- _ACTION ITEM_:
Nothing below is to be printed except the lines between the line holding "OTWORY_USTALAJ_CE_4_0MM1_DEPTH = 10" and the line holding "# FreeCAD 1.0 macro for this part", inclusive, each exactly as it appears.

- _DATA TO EXAMINE_:
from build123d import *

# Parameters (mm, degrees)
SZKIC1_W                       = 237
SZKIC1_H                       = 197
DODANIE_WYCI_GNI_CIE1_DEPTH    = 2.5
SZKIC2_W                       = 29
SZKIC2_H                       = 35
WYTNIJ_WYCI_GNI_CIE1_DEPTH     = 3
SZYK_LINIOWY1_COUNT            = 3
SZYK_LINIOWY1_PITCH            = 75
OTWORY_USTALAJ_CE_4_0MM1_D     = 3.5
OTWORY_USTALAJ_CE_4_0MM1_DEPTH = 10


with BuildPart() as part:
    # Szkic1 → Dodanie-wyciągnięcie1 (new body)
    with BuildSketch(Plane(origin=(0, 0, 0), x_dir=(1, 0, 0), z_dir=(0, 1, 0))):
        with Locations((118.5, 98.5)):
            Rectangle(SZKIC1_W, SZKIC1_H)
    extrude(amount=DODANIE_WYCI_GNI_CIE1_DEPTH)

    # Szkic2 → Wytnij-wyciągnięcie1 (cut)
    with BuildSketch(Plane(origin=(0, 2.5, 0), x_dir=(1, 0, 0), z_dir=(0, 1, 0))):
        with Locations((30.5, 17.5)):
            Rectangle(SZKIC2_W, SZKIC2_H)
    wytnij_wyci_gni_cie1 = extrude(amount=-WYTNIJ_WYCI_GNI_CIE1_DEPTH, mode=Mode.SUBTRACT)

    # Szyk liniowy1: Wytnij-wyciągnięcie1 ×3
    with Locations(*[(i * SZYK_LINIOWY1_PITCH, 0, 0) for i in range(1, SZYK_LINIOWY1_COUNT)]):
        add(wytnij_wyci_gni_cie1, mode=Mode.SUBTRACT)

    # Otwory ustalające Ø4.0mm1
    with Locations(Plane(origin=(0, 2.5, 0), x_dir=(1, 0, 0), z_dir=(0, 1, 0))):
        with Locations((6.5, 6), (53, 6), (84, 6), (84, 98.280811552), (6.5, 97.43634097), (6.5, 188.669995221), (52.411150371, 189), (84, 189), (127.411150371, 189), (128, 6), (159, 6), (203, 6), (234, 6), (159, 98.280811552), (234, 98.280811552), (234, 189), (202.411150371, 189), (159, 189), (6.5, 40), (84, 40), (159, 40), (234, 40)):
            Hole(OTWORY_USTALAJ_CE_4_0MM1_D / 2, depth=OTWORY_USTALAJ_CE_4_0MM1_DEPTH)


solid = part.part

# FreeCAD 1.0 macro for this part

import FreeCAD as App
import Part
import Sketcher

V = App.Vector


def add_polygon(sketch, points):
    """Adds a closed chain of lines whose ends are joined by coincident constraints."""
    first, n = sketch.GeometryCount, len(points)
    for a, b in zip(points, points[1:] + points[:1]):
        sketch.addGeometry(Part.LineSegment(App.Vector(*a, 0), App.Vector(*b, 0)), False)
    for i in range(n):
        sketch.addConstraint(Sketcher.Constraint("Coincident", first + i, 2, first + (i + 1) % n, 1))

doc = App.newDocument("Part")
body = doc.addObject("PartDesign::Body", "Body")

sketch1 = body.newObject("Sketcher::SketchObject", "Sketch")
sketch1.AttachmentSupport = (doc.getObject("XZ_Plane"), [""])
sketch1.MapMode = "FlatFace"
add_polygon(sketch1, [(0, -197), (0, 0), (237, 0), (237, -197)])
sketch1.addConstraint(Sketcher.Constraint("Vertical", 0))
sketch1.addConstraint(Sketcher.Constraint("Horizontal", 1))
sketch1.addConstraint(Sketcher.Constraint("Vertical", 2))
sketch1.addConstraint(Sketcher.Constraint("Horizontal", 3))
sketch1.addConstraint(Sketcher.Constraint("Coincident", 0, 2, -1, 1))
sketch1.addConstraint(Sketcher.Constraint("DistanceX", 1, 1, 1, 2, 237.0))
sketch1.addConstraint(Sketcher.Constraint("DistanceY", 0, 1, 0, 2, 197.0))
pad1 = body.newObject("PartDesign::Pad", "Pad")
pad1.Profile = sketch1
pad1.Length = 2.5
pad1.Reversed = True

sketch2 = body.newObject("Sketcher::SketchObject", "Sketch001")
sketch2.AttachmentSupport = (doc.getObject("XZ_Plane"), [""])
sketch2.MapMode = "FlatFace"
sketch2.AttachmentOffset = App.Placement(V(0, 0, -2.5), App.Rotation())
add_polygon(sketch2, [(16, -35), (16, 0), (45, 0), (45, -35)])
sketch2.addConstraint(Sketcher.Constraint("Vertical", 0))
sketch2.addConstraint(Sketcher.Constraint("Horizontal", 1))
sketch2.addConstraint(Sketcher.Constraint("Vertical", 2))
sketch2.addConstraint(Sketcher.Constraint("Horizontal", 3))
sketch2.addConstraint(Sketcher.Constraint("PointOnObject", 0, 2, -1))
sketch2.addConstraint(Sketcher.Constraint("DistanceX", 1, 1, 1, 2, 29.0))
sketch2.addConstraint(Sketcher.Constraint("DistanceY", 0, 1, 0, 2, 35.0))
sketch2.addConstraint(Sketcher.Constraint("DistanceX", -1, 1, 0, 2, 16.0))
pocket1 = body.newObject("PartDesign::Pocket", "Pocket")
pocket1.Profile = sketch2
pocket1.Length = 3
pocket1.Reversed = True
doc.recompute()

linearpattern = body.newObject("PartDesign::LinearPattern", "LinearPattern")
linearpattern.Originals = [pocket1]
linearpattern.Direction = (doc.getObject("X_Axis"), [""])
linearpattern.Mode = "offset"
linearpattern.Offset = 75
linearpattern.Occurrences = 3
body.Tip = linearpattern

sketch3 = body.newObject("Sketcher::SketchObject", "Sketch002")
sketch3.AttachmentSupport = (doc.getObject("XZ_Plane"), [""])
sketch3.MapMode = "FlatFace"
sketch3.AttachmentOffset = App.Placement(V(0, 0, -2.5), App.Rotation())
sketch3.addGeometry(Part.Circle(V(6.5, -6, 0), V(0, 0, 1), 1.8), False)
sketch3.addGeometry(Part.Circle(V(53, -6, 0), V(0, 0, 1), 1.8), False)
sketch3.addGeometry(Part.Circle(V(84, -6, 0), V(0, 0, 1), 1.8), False)
sketch3.addGeometry(Part.Circle(V(84, -98.3, 0), V(0, 0, 1), 1.8), False)
sketch3.addGeometry(Part.Circle(V(6.5, -97.4, 0), V(0, 0, 1), 1.8), False)
sketch3.addGeometry(Part.Circle(V(6.5, -188.7, 0), V(0, 0, 1), 1.8), False)
sketch3.addGeometry(Part.Circle(V(52.4, -189, 0), V(0, 0, 1), 1.8), False)
sketch3.addGeometry(Part.Circle(V(84, -189, 0), V(0, 0, 1), 1.8), False)
sketch3.addGeometry(Part.Circle(V(127.4, -189, 0), V(0, 0, 1), 1.8), False)
sketch3.addGeometry(Part.Circle(V(128, -6, 0), V(0, 0, 1), 1.8), False)
sketch3.addGeometry(Part.Circle(V(159, -6, 0), V(0, 0, 1), 1.8), False)
sketch3.addGeometry(Part.Circle(V(203, -6, 0), V(0, 0, 1), 1.8), False)
sketch3.addGeometry(Part.Circle(V(234, -6, 0), V(0, 0, 1), 1.8), False)
sketch3.addGeometry(Part.Circle(V(159, -98.3, 0), V(0, 0, 1), 1.8), False)
sketch3.addGeometry(Part.Circle(V(234, -98.3, 0), V(0, 0, 1), 1.8), False)
sketch3.addGeometry(Part.Circle(V(234, -189, 0), V(0, 0, 1), 1.8), False)
sketch3.addGeometry(Part.Circle(V(202.4, -189, 0), V(0, 0, 1), 1.8), False)
sketch3.addGeometry(Part.Circle(V(159, -189, 0), V(0, 0, 1), 1.8), False)
sketch3.addGeometry(Part.Circle(V(6.5, -40, 0), V(0, 0, 1), 1.8), False)
sketch3.addGeometry(Part.Circle(V(84, -40, 0), V(0, 0, 1), 1.8), False)
sketch3.addGeometry(Part.Circle(V(159, -40, 0), V(0, 0, 1), 1.8), False)
sketch3.addGeometry(Part.Circle(V(234, -40, 0), V(0, 0, 1), 1.8), False)
sketch3.addConstraint(Sketcher.Constraint("Equal", 0, 1))
sketch3.addConstraint(Sketcher.Constraint("Equal", 1, 2))
sketch3.addConstraint(Sketcher.Constraint("Equal", 2, 3))
sketch3.addConstraint(Sketcher.Constraint("Equal", 3, 4))
sketch3.addConstraint(Sketcher.Constraint("Equal", 4, 5))
sketch3.addConstraint(Sketcher.Constraint("Equal", 5, 6))
sketch3.addConstraint(Sketcher.Constraint("Equal", 6, 7))
sketch3.addConstraint(Sketcher.Constraint("Equal", 7, 8))
sketch3.addConstraint(Sketcher.Constraint("Equal", 8, 9))
sketch3.addConstraint(Sketcher.Constraint("Equal", 9, 10))
sketch3.addConstraint(Sketcher.Constraint("Equal", 10, 11))
sketch3.addConstraint(Sketcher.Constraint("Equal", 11, 12))
sketch3.addConstraint(Sketcher.Constraint("Equal", 12, 13))
sketch3.addConstraint(Sketcher.Constraint("Equal", 13, 14))
sketch3.addConstraint(Sketcher.Constraint("Equal", 14, 15))
sketch3.addConstraint(Sketcher.Constraint("Equal", 15, 16))
sketch3.addConstraint(Sketcher.Constraint("Equal", 16, 17))
sketch3.addConstraint(Sketcher.Constraint("Equal", 17, 18))
sketch3.addConstraint(Sketcher.Constraint("Equal", 18, 19))
sketch3.addConstraint(Sketcher.Constraint("Equal", 19, 20))
sketch3.addConstraint(Sketcher.Constraint("Equal", 20, 21))
sketch3.addConstraint(Sketcher.Constraint("Horizontal", 0, 3, 1, 3))
sketch3.addConstraint(Sketcher.Constraint("Horizontal", 1, 3, 2, 3))
sketch3.addConstraint(Sketcher.Constraint("Horizontal", 6, 3, 7, 3))
sketch3.addConstraint(Sketcher.Constraint("Horizontal", 7, 3, 8, 3))
sketch3.addConstraint(Sketcher.Constraint("Horizontal", 2, 3, 9, 3))
sketch3.addConstraint(Sketcher.Constraint("Horizontal", 9, 3, 10, 3))
sketch3.addConstraint(Sketcher.Constraint("Horizontal", 10, 3, 11, 3))
sketch3.addConstraint(Sketcher.Constraint("Horizontal", 11, 3, 12, 3))
sketch3.addConstraint(Sketcher.Constraint("Horizontal", 3, 3, 13, 3))
sketch3.addConstraint(Sketcher.Constraint("Horizontal", 13, 3, 14, 3))
sketch3.addConstraint(Sketcher.Constraint("Horizontal", 8, 3, 15, 3))
sketch3.addConstraint(Sketcher.Constraint("Horizontal", 15, 3, 16, 3))
sketch3.addConstraint(Sketcher.Constraint("Horizontal", 16, 3, 17, 3))
sketch3.addConstraint(Sketcher.Constraint("Horizontal", 18, 3, 19, 3))
sketch3.addConstraint(Sketcher.Constraint("Horizontal", 19, 3, 20, 3))
sketch3.addConstraint(Sketcher.Constraint("Horizontal", 20, 3, 21, 3))
sketch3.addConstraint(Sketcher.Constraint("Vertical", 2, 3, 3, 3))
sketch3.addConstraint(Sketcher.Constraint("Vertical", 0, 3, 4, 3))
sketch3.addConstraint(Sketcher.Constraint("Vertical", 4, 3, 5, 3))
sketch3.addConstraint(Sketcher.Constraint("Vertical", 3, 3, 7, 3))
sketch3.addConstraint(Sketcher.Constraint("Vertical", 10, 3, 13, 3))
sketch3.addConstraint(Sketcher.Constraint("Vertical", 12, 3, 14, 3))
sketch3.addConstraint(Sketcher.Constraint("Vertical", 14, 3, 15, 3))
sketch3.addConstraint(Sketcher.Constraint("Vertical", 13, 3, 17, 3))
sketch3.addConstraint(Sketcher.Constraint("Vertical", 5, 3, 18, 3))
sketch3.addConstraint(Sketcher.Constraint("Vertical", 7, 3, 19, 3))
sketch3.addConstraint(Sketcher.Constraint("Vertical", 17, 3, 20, 3))
sketch3.addConstraint(Sketcher.Constraint("Vertical", 15, 3, 21, 3))
sketch3.addConstraint(Sketcher.Constraint("Diameter", 0, 3.5))
sketch3.addConstraint(Sketcher.Constraint("DistanceY", 0, 3, -1, 1, 6.0))
sketch3.addConstraint(Sketcher.Constraint("DistanceX", -1, 1, 1, 3, 53.0))
sketch3.addConstraint(Sketcher.Constraint("DistanceX", -1, 1, 2, 3, 84.0))
sketch3.addConstraint(Sketcher.Constraint("DistanceY", 6, 3, -1, 1, 189.0))
sketch3.addConstraint(Sketcher.Constraint("DistanceX", -1, 1, 9, 3, 128.0))
sketch3.addConstraint(Sketcher.Constraint("DistanceX", -1, 1, 10, 3, 159.0))
sketch3.addConstraint(Sketcher.Constraint("DistanceX", -1, 1, 11, 3, 203.0))
sketch3.addConstraint(Sketcher.Constraint("DistanceX", -1, 1, 12, 3, 234.0))
sketch3.addConstraint(Sketcher.Constraint("DistanceY", 18, 3, -1, 1, 40.0))
sketch3.addConstraint(Sketcher.Constraint("DistanceX", 6, 3, 8, 3, 75.0))
sketch3.addConstraint(Sketcher.Constraint("DistanceX", 8, 3, 16, 3, 75.0))
sketch3.addConstraint(Sketcher.Constraint("DistanceX", -1, 1, 0, 3, 6.5))
sketch3.addConstraint(Sketcher.Constraint("DistanceY", 3, 3, -1, 1, 98.280812))
sketch3.addConstraint(Sketcher.Constraint("DistanceY", 4, 3, -1, 1, 97.436341))
sketch3.addConstraint(Sketcher.Constraint("DistanceX", -1, 1, 6, 3, 52.41115))
sketch3.addConstraint(Sketcher.Constraint("DistanceY", 5, 3, -1, 1, 188.669995))
doc.recompute()
hole = body.newObject("PartDesign::Hole", "Hole")
hole.Profile = sketch3
hole.ThreadType = "None"
hole.Diameter = 3.5
hole.DepthType = "Dimension"
hole.Depth = 10
hole.DrillPoint = "Flat"
hole.Reversed = True

doc.recompute()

- _ANSWER TO THIS TASK_:
OTWORY_USTALAJ_CE_4_0MM1_DEPTH = 10


with BuildPart() as part:
    # Szkic1 → Dodanie-wyciągnięcie1 (new body)
    with BuildSketch(Plane(origin=(0, 0, 0), x_dir=(1, 0, 0), z_dir=(0, 1, 0))):
        with Locations((118.5, 98.5)):
            Rectangle(SZKIC1_W, SZKIC1_H)
    extrude(amount=DODANIE_WYCI_GNI_CIE1_DEPTH)

    # Szkic2 → Wytnij-wyciągnięcie1 (cut)
    with BuildSketch(Plane(origin=(0, 2.5, 0), x_dir=(1, 0, 0), z_dir=(0, 1, 0))):
        with Locations((30.5, 17.5)):
            Rectangle(SZKIC2_W, SZKIC2_H)
    wytnij_wyci_gni_cie1 = extrude(amount=-WYTNIJ_WYCI_GNI_CIE1_DEPTH, mode=Mode.SUBTRACT)

    # Szyk liniowy1: Wytnij-wyciągnięcie1 ×3
    with Locations(*[(i * SZYK_LINIOWY1_PITCH, 0, 0) for i in range(1, SZYK_LINIOWY1_COUNT)]):
        add(wytnij_wyci_gni_cie1, mode=Mode.SUBTRACT)

    # Otwory ustalające Ø4.0mm1
    with Locations(Plane(origin=(0, 2.5, 0), x_dir=(1, 0, 0), z_dir=(0, 1, 0))):
        with Locations((6.5, 6), (53, 6), (84, 6), (84, 98.280811552), (6.5, 97.43634097), (6.5, 188.669995221), (52.411150371, 189), (84, 189), (127.411150371, 189), (128, 6), (159, 6), (203, 6), (234, 6), (159, 98.280811552), (234, 98.280811552), (234, 189), (202.411150371, 189), (159, 189), (6.5, 40), (84, 40), (159, 40), (234, 40)):
            Hole(OTWORY_USTALAJ_CE_4_0MM1_D / 2, depth=OTWORY_USTALAJ_CE_4_0MM1_DEPTH)


solid = part.part

# FreeCAD 1.0 macro for this part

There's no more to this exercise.